Records excerpted from a collection:
=== Begin Enclosure ===

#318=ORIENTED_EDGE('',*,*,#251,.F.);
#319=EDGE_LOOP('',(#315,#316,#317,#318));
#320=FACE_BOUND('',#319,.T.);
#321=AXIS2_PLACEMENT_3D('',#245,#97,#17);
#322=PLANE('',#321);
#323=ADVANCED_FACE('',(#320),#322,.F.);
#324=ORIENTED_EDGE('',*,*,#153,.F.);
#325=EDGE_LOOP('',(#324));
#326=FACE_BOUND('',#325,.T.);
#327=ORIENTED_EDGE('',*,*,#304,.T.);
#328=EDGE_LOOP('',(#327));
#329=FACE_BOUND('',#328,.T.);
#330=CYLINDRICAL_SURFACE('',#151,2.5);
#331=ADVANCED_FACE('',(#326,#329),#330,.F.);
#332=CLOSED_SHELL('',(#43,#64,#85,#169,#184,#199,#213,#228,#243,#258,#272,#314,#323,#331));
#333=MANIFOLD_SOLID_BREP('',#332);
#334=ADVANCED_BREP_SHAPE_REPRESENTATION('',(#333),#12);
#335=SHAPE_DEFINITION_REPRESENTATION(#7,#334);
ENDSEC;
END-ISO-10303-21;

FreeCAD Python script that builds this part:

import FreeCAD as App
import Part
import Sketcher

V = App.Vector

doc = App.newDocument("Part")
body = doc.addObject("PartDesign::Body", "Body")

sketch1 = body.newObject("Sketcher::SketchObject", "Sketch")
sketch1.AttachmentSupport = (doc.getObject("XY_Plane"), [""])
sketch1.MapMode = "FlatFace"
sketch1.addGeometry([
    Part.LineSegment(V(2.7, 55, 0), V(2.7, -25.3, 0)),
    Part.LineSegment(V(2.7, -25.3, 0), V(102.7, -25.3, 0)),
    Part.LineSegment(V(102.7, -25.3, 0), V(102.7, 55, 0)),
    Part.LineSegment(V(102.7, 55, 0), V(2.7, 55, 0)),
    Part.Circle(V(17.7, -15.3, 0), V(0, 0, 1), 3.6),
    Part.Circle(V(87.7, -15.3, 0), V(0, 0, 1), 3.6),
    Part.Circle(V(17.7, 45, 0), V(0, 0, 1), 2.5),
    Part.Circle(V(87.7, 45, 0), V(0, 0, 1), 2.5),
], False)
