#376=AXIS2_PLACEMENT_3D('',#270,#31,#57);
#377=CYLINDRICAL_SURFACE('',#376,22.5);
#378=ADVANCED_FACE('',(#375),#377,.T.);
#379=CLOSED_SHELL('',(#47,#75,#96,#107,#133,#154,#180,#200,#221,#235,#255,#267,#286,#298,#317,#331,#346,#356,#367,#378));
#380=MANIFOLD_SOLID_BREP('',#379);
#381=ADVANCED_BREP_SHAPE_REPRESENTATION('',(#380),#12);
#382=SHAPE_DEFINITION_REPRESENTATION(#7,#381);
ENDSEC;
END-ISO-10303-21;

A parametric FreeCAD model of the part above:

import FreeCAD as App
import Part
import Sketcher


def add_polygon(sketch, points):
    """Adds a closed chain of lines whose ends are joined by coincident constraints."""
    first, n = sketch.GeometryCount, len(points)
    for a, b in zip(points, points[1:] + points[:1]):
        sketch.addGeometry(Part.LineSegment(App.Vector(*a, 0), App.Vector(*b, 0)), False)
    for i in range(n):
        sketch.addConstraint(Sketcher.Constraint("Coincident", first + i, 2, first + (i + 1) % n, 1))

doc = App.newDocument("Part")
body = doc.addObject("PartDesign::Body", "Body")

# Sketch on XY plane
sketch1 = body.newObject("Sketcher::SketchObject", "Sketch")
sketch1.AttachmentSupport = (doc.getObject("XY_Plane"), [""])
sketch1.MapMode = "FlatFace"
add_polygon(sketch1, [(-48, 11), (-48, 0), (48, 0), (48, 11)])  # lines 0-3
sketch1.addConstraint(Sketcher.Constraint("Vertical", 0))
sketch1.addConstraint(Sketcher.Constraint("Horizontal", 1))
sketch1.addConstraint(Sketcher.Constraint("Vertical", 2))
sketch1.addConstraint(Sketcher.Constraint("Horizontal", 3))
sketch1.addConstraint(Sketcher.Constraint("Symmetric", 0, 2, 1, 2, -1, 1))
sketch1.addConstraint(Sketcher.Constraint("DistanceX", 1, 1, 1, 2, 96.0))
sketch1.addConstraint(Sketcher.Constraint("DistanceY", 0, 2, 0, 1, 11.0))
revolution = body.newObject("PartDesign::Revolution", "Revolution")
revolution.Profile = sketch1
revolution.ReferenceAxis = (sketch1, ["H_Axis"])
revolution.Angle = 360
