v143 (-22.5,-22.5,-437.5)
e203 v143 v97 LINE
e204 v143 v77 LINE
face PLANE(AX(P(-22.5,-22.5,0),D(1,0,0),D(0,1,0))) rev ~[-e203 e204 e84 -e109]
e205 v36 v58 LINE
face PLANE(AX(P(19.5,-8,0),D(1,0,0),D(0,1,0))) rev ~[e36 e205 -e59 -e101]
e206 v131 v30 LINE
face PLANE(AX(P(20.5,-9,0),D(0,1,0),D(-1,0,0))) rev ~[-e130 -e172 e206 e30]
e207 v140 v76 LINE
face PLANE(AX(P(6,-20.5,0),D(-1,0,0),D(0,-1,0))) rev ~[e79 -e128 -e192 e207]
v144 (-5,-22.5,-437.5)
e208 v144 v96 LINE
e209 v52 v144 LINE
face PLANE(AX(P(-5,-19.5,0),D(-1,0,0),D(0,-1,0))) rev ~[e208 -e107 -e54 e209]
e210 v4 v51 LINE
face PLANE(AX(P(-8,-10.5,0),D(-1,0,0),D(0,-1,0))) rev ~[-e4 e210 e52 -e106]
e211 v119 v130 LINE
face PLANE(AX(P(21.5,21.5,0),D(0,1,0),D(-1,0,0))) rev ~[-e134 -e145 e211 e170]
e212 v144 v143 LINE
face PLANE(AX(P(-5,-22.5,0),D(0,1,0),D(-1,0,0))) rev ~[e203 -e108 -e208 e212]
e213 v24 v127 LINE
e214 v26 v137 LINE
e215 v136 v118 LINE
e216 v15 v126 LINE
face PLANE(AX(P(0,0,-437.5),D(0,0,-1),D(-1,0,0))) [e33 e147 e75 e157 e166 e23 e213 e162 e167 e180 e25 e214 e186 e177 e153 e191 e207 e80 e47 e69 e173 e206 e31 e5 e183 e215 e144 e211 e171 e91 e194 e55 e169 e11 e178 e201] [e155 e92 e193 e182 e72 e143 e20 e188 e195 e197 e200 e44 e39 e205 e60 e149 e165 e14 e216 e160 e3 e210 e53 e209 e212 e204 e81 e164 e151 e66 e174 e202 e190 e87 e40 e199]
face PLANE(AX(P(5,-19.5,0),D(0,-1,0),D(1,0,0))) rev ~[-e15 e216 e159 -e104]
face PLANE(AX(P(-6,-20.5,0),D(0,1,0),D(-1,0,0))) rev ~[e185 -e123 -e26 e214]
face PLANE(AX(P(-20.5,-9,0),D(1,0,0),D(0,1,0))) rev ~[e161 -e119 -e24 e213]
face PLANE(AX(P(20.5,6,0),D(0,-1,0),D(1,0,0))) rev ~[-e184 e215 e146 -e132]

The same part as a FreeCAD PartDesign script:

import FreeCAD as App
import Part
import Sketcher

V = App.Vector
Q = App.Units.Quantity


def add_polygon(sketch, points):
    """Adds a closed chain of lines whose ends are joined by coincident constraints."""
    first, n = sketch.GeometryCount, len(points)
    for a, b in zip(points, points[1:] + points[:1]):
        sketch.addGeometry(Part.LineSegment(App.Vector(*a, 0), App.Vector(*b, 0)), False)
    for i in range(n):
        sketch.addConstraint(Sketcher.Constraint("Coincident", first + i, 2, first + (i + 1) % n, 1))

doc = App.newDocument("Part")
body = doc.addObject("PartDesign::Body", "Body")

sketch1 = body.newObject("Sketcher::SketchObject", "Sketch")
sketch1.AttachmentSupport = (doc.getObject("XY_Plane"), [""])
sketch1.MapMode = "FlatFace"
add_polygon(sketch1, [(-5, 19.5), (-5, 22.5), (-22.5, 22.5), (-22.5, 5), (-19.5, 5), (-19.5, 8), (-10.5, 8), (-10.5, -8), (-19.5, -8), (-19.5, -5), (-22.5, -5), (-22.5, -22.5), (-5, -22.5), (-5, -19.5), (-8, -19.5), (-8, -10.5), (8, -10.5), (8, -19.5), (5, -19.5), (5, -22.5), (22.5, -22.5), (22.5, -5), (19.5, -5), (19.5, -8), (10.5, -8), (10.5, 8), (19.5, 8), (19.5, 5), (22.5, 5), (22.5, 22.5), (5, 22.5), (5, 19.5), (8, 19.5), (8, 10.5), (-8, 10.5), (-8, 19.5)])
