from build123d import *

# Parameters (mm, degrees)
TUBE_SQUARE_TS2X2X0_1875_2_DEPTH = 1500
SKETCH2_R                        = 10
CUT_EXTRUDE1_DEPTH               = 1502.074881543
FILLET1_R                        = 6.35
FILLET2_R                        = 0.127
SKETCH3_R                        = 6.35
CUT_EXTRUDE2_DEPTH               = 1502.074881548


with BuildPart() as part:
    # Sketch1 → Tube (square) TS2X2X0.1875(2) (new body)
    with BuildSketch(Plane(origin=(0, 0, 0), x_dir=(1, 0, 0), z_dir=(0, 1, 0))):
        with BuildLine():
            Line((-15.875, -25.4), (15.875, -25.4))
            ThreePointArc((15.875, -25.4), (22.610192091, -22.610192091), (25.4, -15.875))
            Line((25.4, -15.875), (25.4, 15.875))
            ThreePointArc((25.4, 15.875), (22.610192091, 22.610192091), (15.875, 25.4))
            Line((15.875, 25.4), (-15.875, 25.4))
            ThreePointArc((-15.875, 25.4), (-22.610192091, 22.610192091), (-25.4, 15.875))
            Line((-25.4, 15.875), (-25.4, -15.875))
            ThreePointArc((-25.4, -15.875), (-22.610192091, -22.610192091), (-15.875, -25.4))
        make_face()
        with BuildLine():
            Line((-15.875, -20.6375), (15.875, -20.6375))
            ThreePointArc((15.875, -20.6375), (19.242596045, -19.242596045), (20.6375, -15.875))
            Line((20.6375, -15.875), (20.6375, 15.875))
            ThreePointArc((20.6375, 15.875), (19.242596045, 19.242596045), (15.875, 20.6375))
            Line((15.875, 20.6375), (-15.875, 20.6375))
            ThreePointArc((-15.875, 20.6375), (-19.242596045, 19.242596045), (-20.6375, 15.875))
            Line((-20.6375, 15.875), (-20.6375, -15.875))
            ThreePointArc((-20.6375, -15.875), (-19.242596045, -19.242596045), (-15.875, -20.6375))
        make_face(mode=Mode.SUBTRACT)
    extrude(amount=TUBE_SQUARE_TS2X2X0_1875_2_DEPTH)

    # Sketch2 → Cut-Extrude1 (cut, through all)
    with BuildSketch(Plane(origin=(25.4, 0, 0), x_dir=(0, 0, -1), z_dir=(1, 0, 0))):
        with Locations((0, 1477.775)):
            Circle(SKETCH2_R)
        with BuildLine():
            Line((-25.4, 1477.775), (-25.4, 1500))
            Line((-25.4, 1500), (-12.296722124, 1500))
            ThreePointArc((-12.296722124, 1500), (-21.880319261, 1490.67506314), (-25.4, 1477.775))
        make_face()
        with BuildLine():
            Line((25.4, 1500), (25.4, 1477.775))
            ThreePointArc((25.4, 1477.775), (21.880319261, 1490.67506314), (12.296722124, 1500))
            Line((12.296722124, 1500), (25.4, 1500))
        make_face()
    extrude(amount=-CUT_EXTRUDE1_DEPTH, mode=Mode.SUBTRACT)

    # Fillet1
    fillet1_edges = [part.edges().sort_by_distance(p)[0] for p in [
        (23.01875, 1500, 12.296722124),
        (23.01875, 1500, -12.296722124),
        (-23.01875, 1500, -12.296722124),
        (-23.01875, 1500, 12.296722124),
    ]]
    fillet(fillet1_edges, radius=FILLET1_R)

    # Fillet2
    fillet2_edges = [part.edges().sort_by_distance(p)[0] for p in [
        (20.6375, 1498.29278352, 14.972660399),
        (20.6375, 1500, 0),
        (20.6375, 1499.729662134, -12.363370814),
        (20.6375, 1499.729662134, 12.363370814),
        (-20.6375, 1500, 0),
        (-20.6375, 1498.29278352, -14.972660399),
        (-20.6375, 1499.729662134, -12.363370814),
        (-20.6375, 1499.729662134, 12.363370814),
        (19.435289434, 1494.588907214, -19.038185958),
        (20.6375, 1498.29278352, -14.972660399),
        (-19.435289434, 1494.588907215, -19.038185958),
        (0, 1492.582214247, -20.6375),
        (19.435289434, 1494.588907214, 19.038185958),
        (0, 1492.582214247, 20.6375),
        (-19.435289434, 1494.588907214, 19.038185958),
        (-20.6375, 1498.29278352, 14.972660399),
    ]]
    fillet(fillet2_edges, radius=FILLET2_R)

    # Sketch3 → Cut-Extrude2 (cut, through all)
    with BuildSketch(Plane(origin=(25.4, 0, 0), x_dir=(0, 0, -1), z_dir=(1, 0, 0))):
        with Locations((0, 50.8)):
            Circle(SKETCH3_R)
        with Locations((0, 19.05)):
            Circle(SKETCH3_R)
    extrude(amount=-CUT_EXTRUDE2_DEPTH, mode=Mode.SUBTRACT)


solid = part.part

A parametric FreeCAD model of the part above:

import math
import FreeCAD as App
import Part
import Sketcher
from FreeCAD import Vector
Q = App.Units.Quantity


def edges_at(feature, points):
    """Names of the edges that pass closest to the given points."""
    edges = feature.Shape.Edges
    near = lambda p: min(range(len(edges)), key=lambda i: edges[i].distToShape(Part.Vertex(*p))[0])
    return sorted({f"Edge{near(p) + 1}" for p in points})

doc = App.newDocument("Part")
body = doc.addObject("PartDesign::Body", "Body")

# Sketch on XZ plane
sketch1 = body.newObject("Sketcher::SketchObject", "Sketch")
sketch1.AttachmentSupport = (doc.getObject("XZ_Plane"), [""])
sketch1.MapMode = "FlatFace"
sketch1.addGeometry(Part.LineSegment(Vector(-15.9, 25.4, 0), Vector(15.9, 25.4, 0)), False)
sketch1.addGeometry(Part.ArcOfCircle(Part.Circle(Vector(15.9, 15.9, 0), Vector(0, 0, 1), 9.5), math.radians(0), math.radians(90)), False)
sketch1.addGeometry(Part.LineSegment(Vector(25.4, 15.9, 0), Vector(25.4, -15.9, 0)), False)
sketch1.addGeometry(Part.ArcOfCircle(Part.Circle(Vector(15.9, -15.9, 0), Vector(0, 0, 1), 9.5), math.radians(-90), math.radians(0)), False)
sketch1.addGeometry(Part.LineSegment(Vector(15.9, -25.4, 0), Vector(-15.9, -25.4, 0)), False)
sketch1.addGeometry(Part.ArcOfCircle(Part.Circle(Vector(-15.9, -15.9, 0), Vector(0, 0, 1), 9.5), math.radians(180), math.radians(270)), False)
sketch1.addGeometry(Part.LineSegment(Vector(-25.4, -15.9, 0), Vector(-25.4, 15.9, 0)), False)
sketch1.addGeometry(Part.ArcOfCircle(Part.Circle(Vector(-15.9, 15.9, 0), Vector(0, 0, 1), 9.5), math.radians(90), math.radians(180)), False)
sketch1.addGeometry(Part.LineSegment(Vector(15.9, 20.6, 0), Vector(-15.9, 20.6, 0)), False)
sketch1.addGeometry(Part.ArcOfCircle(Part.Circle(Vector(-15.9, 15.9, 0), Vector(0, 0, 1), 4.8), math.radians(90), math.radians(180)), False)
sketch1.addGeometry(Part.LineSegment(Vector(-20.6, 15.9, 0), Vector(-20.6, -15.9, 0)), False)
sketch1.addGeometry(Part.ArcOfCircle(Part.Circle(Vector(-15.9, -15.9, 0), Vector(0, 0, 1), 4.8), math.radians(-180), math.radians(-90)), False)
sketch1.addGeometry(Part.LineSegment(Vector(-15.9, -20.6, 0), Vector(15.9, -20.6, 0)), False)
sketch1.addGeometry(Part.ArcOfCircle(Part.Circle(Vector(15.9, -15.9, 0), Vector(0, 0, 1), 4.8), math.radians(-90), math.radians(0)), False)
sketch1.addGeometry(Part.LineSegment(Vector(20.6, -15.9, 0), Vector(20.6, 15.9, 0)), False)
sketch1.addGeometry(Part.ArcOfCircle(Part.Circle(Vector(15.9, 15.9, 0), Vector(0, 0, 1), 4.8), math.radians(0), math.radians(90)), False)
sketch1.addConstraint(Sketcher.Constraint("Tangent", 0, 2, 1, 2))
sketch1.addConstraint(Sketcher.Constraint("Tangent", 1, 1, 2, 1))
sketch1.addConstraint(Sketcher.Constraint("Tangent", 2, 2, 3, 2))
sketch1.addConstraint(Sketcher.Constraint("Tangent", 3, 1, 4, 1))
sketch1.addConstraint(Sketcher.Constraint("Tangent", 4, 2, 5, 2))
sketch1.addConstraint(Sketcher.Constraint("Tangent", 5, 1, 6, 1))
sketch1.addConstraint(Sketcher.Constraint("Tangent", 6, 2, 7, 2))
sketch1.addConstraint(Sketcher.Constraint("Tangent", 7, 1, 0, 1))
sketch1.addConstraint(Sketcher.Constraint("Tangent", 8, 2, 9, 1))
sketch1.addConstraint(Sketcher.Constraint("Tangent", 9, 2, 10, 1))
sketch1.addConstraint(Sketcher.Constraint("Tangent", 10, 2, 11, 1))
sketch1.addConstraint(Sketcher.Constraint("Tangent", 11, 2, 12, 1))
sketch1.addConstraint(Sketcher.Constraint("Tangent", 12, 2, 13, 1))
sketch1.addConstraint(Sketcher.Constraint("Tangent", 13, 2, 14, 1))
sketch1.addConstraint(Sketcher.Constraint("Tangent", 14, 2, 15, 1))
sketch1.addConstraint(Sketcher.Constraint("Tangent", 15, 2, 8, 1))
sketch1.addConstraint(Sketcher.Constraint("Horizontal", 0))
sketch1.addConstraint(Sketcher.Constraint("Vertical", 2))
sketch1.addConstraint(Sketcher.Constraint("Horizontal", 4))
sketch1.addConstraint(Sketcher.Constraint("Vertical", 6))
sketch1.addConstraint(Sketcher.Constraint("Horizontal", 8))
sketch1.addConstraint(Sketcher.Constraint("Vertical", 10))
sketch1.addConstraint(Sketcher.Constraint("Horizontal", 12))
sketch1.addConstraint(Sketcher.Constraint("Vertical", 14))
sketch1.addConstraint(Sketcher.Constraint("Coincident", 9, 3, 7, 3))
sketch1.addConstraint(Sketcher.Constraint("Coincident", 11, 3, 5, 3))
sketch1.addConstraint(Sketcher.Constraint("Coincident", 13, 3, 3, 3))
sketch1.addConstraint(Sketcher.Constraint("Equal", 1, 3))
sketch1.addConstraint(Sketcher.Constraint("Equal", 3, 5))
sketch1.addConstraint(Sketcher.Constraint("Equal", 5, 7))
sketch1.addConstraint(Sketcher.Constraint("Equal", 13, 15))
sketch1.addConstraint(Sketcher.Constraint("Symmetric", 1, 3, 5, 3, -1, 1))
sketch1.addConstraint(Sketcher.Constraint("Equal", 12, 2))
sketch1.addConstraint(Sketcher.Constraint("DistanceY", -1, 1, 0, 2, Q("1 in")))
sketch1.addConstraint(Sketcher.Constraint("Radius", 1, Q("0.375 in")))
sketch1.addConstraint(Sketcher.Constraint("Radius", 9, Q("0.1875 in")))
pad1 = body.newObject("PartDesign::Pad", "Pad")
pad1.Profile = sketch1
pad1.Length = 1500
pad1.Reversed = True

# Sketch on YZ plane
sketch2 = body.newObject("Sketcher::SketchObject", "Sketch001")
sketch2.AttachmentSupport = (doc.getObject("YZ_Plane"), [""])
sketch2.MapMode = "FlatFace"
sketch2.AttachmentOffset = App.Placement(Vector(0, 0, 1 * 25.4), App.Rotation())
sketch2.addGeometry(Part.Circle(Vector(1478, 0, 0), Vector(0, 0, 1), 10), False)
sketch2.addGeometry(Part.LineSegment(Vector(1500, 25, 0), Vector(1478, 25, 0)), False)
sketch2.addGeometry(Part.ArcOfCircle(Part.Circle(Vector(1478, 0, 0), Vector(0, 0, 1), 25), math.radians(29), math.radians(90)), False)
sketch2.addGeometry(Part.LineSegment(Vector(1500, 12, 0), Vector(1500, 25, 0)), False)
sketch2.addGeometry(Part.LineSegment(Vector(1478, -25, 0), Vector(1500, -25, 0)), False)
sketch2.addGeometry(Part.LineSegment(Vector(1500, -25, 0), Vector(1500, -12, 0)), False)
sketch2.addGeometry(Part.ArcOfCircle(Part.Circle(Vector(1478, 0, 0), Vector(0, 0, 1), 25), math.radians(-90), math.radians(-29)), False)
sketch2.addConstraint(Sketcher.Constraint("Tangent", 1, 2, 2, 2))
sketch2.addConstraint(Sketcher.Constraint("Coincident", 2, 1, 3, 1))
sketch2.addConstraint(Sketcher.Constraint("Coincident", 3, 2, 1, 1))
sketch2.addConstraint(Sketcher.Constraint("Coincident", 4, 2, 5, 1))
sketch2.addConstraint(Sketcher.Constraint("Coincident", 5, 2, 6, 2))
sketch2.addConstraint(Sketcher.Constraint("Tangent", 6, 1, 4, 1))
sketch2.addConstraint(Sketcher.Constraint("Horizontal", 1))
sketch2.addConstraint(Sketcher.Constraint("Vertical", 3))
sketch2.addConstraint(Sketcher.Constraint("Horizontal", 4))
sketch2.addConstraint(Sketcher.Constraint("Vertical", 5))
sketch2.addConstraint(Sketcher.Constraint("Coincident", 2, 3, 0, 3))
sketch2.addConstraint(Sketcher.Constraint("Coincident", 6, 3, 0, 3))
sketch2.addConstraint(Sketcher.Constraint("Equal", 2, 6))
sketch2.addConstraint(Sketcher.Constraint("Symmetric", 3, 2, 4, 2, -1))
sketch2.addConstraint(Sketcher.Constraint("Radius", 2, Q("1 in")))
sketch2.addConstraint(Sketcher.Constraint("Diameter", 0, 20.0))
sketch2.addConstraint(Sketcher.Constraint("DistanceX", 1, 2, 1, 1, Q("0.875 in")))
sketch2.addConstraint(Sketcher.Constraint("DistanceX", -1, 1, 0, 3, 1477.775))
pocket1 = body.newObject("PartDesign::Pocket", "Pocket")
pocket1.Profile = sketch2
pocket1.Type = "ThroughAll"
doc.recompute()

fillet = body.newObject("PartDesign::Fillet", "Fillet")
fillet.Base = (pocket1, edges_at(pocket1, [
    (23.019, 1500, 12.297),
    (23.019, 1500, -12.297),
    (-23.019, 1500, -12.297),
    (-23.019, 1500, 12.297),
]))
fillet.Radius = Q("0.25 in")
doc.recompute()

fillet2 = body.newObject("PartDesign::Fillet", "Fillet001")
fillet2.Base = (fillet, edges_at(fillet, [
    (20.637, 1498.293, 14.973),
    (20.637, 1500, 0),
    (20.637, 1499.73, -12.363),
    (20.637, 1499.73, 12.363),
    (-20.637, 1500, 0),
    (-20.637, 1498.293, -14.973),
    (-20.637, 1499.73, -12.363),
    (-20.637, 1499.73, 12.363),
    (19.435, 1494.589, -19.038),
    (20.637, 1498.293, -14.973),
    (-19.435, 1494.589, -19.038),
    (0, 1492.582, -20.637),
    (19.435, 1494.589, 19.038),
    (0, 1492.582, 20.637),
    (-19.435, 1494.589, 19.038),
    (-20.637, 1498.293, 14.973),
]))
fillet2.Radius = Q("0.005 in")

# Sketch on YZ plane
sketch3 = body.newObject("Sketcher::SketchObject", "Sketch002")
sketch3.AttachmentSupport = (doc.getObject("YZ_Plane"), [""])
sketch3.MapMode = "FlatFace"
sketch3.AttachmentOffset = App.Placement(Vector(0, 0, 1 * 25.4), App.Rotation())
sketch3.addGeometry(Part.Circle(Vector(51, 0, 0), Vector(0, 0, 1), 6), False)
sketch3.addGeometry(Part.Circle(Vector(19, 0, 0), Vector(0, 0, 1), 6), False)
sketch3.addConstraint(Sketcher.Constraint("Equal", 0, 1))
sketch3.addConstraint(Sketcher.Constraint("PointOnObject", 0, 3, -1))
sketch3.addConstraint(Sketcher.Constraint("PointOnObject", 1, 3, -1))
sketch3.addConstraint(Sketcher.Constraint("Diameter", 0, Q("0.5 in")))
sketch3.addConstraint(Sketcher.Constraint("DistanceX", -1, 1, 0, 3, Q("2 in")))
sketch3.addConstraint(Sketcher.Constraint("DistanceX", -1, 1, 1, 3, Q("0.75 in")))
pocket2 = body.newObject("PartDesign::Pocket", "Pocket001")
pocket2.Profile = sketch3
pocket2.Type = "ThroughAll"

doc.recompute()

=== End Enclosure ===

**EXERCISE AIM**
What you write must be the entries restated word for word, from the opening line through the one holding "#327=ORIENTED_EDGE('',*,*,#304,.T.);", with nothing else.

**SOLUTION TO THIS TASK**
#318=ORIENTED_EDGE('',*,*,#251,.F.);
#319=EDGE_LOOP('',(#315,#316,#317,#318));
#320=FACE_BOUND('',#319,.T.);
#321=AXIS2_PLACEMENT_3D('',#245,#97,#17);
#322=PLANE('',#321);
#323=ADVANCED_FACE('',(#320),#322,.F.);
#324=ORIENTED_EDGE('',*,*,#153,.F.);
#325=EDGE_LOOP('',(#324));
#326=FACE_BOUND('',#325,.T.);
#327=ORIENTED_EDGE('',*,*,#304,.T.);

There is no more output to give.